Tomes also said she originally became interested in analyzing adverse events for Essure after seeing tweets about nickel used in the device made in response to an FDA panel on 24 September 2015. Out of curiosity, Tomes used her system to search adverse event reports for Essure mentioning nickel.
"There were 544 reports," she said.
In an email response to Focus, Clark pointed to statements made by Diana Zukerman, president of the National Center for Health Research, appearing in Qmed last week:
"One of the questions would be whether ectopic pregnancies were counted as fetal deaths. That's important because ectopic pregnancies are probably caused by Essure and always result in fetal death. If FDA had decided to count ectopic pregnancies separately from fetal deaths, they should have clarified that."
"If all doctors reported complications and fetal deaths, that would be important information for patients to have. But in the real world, a lot of doctors wouldn't report those things," Zuckerman says. "They might not report pelvic pain either, because the doctors were told by the company that pelvic pain was unrelated to the device. But if you have a device in the pelvic area and you have pain there, there is a good chance they were related."
During the press call, Fitzpatrick raised allegations stemming from a complaint filed by a former Conceptus employee in the US District Court for the Northern District of California in 2013.
The complaint alleged that Conceptus, which was bought by Bayer the same year, gave illegal kickbacks to doctors to encourage use of the Essure device.

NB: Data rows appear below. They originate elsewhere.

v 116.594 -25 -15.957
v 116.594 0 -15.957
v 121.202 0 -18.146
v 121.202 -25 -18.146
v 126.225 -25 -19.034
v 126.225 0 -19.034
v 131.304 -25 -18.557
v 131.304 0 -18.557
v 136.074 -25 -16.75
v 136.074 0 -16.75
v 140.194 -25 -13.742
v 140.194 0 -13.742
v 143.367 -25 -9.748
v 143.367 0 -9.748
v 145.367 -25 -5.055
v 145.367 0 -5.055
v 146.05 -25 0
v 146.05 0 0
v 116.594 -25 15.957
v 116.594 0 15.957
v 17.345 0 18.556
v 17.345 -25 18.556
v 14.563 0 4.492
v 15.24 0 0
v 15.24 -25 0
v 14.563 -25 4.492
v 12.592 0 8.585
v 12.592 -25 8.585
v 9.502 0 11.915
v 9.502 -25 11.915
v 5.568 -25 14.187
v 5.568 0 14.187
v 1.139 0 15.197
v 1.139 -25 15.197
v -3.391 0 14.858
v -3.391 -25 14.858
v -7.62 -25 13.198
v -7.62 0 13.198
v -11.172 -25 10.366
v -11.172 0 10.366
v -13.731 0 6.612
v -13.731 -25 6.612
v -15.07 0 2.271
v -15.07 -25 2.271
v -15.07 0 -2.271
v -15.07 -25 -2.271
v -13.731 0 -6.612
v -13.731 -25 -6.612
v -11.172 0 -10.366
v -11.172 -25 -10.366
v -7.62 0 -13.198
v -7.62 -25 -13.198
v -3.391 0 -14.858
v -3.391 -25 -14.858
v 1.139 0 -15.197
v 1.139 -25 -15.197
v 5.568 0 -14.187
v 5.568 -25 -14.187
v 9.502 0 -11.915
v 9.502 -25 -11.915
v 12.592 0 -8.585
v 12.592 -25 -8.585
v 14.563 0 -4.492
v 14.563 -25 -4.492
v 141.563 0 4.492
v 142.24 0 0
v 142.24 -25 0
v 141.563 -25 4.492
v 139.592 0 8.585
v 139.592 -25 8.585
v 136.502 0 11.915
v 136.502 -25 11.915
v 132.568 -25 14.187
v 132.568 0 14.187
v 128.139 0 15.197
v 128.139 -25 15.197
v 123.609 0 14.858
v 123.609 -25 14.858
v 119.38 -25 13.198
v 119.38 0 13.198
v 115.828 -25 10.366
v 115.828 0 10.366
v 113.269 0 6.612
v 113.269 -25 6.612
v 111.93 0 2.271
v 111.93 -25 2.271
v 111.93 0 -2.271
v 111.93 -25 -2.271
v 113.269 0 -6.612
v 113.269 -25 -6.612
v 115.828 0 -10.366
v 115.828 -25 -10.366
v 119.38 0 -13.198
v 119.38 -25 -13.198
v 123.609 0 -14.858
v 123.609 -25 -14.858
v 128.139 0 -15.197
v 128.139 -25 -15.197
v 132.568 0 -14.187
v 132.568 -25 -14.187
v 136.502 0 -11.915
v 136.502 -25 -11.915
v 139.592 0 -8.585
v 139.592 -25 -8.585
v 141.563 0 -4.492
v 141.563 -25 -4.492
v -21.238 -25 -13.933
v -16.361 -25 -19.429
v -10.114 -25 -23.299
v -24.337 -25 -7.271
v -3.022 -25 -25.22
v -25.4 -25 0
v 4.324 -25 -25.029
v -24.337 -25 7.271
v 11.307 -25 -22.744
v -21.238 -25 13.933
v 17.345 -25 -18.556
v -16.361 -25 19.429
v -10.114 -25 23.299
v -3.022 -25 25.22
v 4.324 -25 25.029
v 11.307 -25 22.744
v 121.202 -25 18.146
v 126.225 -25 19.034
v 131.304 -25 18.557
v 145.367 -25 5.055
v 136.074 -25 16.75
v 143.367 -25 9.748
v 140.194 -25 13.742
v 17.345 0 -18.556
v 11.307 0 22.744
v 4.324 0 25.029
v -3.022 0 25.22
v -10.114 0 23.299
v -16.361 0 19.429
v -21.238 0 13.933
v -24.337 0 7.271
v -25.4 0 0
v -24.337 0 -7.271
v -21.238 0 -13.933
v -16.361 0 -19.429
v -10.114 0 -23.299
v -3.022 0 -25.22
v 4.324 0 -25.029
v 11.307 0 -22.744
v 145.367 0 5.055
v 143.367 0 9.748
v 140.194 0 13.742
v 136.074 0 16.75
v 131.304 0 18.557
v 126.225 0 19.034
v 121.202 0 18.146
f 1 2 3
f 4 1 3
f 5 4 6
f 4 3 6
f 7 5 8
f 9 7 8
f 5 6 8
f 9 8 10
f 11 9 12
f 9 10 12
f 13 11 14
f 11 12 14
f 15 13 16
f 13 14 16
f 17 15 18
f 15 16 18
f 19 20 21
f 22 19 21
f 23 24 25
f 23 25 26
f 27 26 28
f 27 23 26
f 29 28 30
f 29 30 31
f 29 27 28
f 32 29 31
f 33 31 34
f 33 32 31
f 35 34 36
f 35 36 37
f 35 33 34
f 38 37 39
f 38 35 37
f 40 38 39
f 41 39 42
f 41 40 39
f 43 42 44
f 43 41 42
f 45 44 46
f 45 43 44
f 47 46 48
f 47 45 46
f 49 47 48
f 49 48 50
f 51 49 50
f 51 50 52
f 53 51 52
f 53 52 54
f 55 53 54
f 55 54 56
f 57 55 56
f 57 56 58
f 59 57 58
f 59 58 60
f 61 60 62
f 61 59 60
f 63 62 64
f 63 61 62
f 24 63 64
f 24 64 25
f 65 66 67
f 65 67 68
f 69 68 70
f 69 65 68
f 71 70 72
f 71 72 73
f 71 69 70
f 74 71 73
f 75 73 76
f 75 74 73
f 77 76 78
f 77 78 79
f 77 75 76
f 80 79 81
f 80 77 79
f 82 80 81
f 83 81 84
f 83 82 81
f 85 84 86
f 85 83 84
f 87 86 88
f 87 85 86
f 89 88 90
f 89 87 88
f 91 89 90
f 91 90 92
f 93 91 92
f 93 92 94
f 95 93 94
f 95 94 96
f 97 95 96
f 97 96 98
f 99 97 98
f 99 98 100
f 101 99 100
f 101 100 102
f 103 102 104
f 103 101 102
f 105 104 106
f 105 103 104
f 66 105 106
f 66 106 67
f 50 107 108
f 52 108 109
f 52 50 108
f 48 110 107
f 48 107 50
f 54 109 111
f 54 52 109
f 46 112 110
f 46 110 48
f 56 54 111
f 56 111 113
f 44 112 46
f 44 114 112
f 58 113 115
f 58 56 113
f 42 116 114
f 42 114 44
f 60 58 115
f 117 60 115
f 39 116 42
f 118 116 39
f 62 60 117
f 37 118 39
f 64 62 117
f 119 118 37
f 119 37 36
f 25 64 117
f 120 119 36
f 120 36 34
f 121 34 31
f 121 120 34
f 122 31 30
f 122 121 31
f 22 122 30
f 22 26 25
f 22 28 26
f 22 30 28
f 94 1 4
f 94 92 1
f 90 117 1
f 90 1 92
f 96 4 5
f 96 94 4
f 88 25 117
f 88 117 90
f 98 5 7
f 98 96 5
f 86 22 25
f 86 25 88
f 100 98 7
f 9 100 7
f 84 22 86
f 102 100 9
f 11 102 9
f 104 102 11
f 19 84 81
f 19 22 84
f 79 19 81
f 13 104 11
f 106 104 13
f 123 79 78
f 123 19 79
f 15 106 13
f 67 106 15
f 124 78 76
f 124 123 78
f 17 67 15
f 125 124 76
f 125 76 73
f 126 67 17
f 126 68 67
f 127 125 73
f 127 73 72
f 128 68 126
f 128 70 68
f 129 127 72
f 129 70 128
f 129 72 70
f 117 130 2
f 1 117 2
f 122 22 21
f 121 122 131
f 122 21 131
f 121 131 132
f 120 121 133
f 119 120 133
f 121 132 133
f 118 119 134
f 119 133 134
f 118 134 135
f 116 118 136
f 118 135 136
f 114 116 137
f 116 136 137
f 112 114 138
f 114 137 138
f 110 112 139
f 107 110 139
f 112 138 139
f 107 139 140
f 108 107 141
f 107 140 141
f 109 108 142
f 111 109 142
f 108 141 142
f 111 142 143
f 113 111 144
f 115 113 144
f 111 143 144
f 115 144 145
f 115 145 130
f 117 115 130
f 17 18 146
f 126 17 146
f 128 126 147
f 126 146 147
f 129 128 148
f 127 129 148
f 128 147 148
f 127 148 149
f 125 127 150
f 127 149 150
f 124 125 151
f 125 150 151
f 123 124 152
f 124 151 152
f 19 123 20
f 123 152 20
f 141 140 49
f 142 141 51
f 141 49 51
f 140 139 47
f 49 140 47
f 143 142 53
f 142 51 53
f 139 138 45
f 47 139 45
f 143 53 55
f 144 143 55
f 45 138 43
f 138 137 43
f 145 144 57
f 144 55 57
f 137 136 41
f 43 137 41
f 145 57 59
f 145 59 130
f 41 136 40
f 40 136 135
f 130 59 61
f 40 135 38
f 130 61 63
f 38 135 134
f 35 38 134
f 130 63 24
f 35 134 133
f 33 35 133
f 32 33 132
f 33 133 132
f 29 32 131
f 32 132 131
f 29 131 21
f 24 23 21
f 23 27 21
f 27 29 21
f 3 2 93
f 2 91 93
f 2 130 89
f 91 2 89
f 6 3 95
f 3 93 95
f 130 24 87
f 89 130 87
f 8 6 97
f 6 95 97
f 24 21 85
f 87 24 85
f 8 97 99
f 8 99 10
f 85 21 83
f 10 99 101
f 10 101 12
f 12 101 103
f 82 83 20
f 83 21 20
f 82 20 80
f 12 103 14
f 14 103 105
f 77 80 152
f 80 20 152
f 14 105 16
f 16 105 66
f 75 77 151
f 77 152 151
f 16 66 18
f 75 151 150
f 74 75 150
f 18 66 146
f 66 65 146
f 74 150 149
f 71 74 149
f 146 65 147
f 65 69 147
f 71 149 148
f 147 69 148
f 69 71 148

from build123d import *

# Parameters (mm, degrees)
F0_R     = 15.24
F1_DEPTH = 25


# Not quite as in the source:
# - a feature names something its author has since deleted; it is built from what else it names


with BuildPart() as f1:
    # F0 (on Front) → F1 (new body)
    with BuildSketch(Plane.XZ):
        with BuildLine():
            ThreePointArc((17.3446724068, 18.5559246361), (23.2992991218, 10.1144777637), (25.4, 0))
            ThreePointArc((25.4, 0), (23.2992991218, -10.1144777637), (17.3446724068, -18.5559246361))
            Line((17.3446724068, -18.5559246361), (116.5943626679, -15.9569800311))
            ThreePointArc((116.5943626679, -15.9569800311), (107.95, 0), (116.5943626679, 15.9569800311))
            Line((116.5943626679, 15.9569800311), (17.3446724068, 18.5559246361))
        make_face()
        with BuildLine():
            ThreePointArc((17.3446724068, -18.5559246361), (23.2992991218, -10.1144777637), (25.4, 0))
            ThreePointArc((25.4, 0), (23.2992991218, 10.1144777637), (17.3446724068, 18.5559246361))
            ThreePointArc((17.3446724068, 18.5559246361), (-25.4, 0), (17.3446724068, -18.5559246361))
        make_face()
        Circle(F0_R, mode=Mode.SUBTRACT)
        with BuildLine():
            ThreePointArc((146.05, 0), (136.0740043207, 16.7500730025), (116.5943626679, 15.9569800311))
            ThreePointArc((116.5943626679, 15.9569800311), (107.95, 0), (116.5943626679, -15.9569800311))
            ThreePointArc((116.5943626679, -15.9569800311), (136.0740043207, -16.7500730025), (146.05, 0))
        make_face()
        with Locations((127, 0)):
            Circle(F0_R, mode=Mode.SUBTRACT)
    extrude(amount=F1_DEPTH)


solid = f1.part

However, the complaint was voluntarily dismissed before going to trial, and the allegations raised were never proven. Bayer has adamantly denied these allegations, stating "These allegations were made over a year ago and the United States Department of Justice [DOJ] thoroughly investigated them. After its investigation, DOJ declined to intervene and prosecute the case. The qui tam plaintiff also voluntarily dismissed the case. DOJ has closed its investigation. The matter is now fully concluded."

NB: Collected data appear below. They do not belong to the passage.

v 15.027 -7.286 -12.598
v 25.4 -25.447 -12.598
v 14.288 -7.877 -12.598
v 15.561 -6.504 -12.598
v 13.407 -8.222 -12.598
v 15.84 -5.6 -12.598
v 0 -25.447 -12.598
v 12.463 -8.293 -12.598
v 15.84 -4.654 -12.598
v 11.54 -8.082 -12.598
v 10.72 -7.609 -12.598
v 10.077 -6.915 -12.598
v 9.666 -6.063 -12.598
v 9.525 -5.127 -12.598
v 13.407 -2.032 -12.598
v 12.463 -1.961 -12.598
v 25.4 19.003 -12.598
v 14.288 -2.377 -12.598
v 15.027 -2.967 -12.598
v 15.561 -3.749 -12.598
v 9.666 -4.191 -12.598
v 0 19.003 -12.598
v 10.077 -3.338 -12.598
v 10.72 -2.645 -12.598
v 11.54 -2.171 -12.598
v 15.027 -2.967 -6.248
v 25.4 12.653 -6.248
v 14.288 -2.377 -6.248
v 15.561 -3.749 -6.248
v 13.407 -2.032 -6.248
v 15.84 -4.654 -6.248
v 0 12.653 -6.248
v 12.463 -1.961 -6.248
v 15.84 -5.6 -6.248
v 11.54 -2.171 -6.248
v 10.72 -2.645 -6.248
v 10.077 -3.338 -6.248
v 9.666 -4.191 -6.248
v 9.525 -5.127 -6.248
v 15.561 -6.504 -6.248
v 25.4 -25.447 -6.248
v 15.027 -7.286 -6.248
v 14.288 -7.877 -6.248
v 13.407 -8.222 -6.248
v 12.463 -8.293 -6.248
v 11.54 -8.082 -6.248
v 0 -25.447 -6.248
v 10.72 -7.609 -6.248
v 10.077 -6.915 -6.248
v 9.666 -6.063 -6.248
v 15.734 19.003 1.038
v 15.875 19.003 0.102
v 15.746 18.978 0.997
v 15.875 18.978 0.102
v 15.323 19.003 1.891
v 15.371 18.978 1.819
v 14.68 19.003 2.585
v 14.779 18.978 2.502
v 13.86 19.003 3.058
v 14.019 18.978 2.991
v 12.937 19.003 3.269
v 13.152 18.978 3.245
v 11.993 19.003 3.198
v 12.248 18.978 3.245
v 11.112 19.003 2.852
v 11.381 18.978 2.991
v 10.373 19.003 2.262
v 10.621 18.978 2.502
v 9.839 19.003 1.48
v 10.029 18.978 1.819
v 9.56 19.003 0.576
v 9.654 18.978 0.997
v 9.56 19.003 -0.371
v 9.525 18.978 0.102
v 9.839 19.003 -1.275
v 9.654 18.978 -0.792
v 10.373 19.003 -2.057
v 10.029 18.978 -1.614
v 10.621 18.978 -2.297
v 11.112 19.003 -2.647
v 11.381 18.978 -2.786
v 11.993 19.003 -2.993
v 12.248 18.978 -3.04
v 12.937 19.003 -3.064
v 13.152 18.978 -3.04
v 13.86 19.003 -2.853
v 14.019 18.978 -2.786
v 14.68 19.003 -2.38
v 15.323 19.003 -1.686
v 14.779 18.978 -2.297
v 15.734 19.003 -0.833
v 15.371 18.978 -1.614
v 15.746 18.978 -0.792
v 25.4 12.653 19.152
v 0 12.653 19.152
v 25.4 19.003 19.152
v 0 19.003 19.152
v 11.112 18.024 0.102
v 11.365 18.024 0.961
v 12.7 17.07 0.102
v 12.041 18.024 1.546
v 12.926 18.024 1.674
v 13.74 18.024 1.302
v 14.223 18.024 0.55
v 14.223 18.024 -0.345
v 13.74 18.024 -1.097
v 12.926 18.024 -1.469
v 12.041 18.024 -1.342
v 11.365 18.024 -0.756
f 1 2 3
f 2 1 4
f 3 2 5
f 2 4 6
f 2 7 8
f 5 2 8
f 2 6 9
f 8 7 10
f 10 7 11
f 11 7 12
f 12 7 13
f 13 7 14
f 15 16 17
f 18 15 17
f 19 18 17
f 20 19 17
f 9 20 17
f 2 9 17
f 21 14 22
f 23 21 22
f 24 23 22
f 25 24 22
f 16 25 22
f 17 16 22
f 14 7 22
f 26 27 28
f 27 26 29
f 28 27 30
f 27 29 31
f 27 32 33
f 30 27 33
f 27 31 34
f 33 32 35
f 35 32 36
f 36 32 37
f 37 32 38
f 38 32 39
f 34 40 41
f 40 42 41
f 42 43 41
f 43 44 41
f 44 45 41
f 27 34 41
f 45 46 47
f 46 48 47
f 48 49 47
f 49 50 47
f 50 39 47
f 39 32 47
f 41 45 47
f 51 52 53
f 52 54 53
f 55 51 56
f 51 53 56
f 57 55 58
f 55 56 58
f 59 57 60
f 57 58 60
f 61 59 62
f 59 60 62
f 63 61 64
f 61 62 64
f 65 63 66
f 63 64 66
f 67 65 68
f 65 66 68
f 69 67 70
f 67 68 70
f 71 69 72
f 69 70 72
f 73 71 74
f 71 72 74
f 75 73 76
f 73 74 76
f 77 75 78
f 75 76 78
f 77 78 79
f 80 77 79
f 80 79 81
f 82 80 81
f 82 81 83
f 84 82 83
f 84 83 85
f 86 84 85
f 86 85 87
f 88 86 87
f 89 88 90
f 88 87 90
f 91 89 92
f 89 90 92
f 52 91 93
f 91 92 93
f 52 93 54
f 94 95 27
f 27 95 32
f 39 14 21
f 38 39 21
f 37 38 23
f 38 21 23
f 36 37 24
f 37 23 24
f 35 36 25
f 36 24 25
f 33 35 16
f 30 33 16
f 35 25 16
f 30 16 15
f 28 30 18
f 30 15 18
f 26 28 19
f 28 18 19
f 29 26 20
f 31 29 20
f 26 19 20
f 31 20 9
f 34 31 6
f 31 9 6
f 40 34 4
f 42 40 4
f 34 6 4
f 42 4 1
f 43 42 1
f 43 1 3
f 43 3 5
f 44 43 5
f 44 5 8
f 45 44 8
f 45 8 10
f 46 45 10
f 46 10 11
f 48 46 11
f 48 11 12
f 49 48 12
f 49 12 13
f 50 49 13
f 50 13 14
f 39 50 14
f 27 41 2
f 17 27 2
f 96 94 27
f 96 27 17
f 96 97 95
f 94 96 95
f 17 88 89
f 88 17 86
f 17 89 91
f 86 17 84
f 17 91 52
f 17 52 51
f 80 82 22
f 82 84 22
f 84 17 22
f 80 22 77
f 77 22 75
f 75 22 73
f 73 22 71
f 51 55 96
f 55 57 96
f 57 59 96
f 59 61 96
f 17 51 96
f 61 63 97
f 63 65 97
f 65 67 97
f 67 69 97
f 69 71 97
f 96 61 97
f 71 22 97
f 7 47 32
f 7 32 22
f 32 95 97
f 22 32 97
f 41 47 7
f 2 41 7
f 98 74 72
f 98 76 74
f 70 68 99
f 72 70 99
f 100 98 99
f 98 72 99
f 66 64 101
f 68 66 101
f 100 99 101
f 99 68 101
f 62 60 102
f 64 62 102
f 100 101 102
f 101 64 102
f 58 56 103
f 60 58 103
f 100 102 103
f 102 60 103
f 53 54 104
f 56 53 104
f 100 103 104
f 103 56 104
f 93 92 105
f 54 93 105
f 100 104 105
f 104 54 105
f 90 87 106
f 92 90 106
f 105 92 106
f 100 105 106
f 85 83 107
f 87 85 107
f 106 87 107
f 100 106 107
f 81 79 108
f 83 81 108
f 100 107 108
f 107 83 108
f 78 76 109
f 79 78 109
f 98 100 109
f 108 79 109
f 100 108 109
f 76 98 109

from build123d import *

# Parameters (mm, degrees)
F1_DEPTH = 25.4
F3_D     = 6.35
F3_DEPTH = 0.0254
F3_TIP   = 1.9077324654
F5_D     = 6.35


with BuildPart() as f1:
    # F0 (on Right) → F1 (new body)
    with BuildSketch(Plane.YZ):
        Polygon((19.0030846266, 19.1524188638), (12.6530846266, 19.1524188638), (12.6530846266, -6.2475811362), (-25.4469153734, -6.2475811362), (-25.4469153734, -12.5975811362), (19.0030846266, -12.5975811362), align=None)
    extrude(amount=F1_DEPTH)

    # F3
    with Locations(Plane(origin=(0, 19.0030846266, 0), x_dir=(-1, 0, 0), z_dir=(0, 1, 0))):
        with Locations((-12.7, 0.1024188638)):
            Hole(F3_D / 2, depth=F3_DEPTH)
            with Locations((0, 0, -(F3_DEPTH + F3_TIP / 2))):  # 118° drill point
                Cone(0, F3_D / 2, F3_TIP, mode=Mode.SUBTRACT)

    # F5 (through all)
    with Locations(Plane.XY.offset(-6.2475811362)):
        with Locations((12.7, -5.1269153734)):
            Hole(F5_D / 2)


solid = f1.part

When asked whether Fitzpatrick's office stands by those allegations, Clark told Focus that "the Congressman was seeking to ensure the FDA was aware of the filing and asking for it to be included as part of the agency's review."
Clark also said that Fitzpatrick "had heard many of the same things from Essure victims" and provided a letter written by Dr. Charles Monteith, a fertility surgeon and former medical director for Planned Parenthood of Central North Carolina, that claims Conceptus "arranged for physicians to obtain the surgical equipment for Essure insertion at no cost if two Essure kits were purchased each month."
Additionally, Clark emphasized that the issues raised are significant to "the manufacturer's insulation from any civil liability … based on the Supreme Court ruling in Riegel v. Medtronic," which established that FDA's premarket approval of a device preempts liability claims by individuals.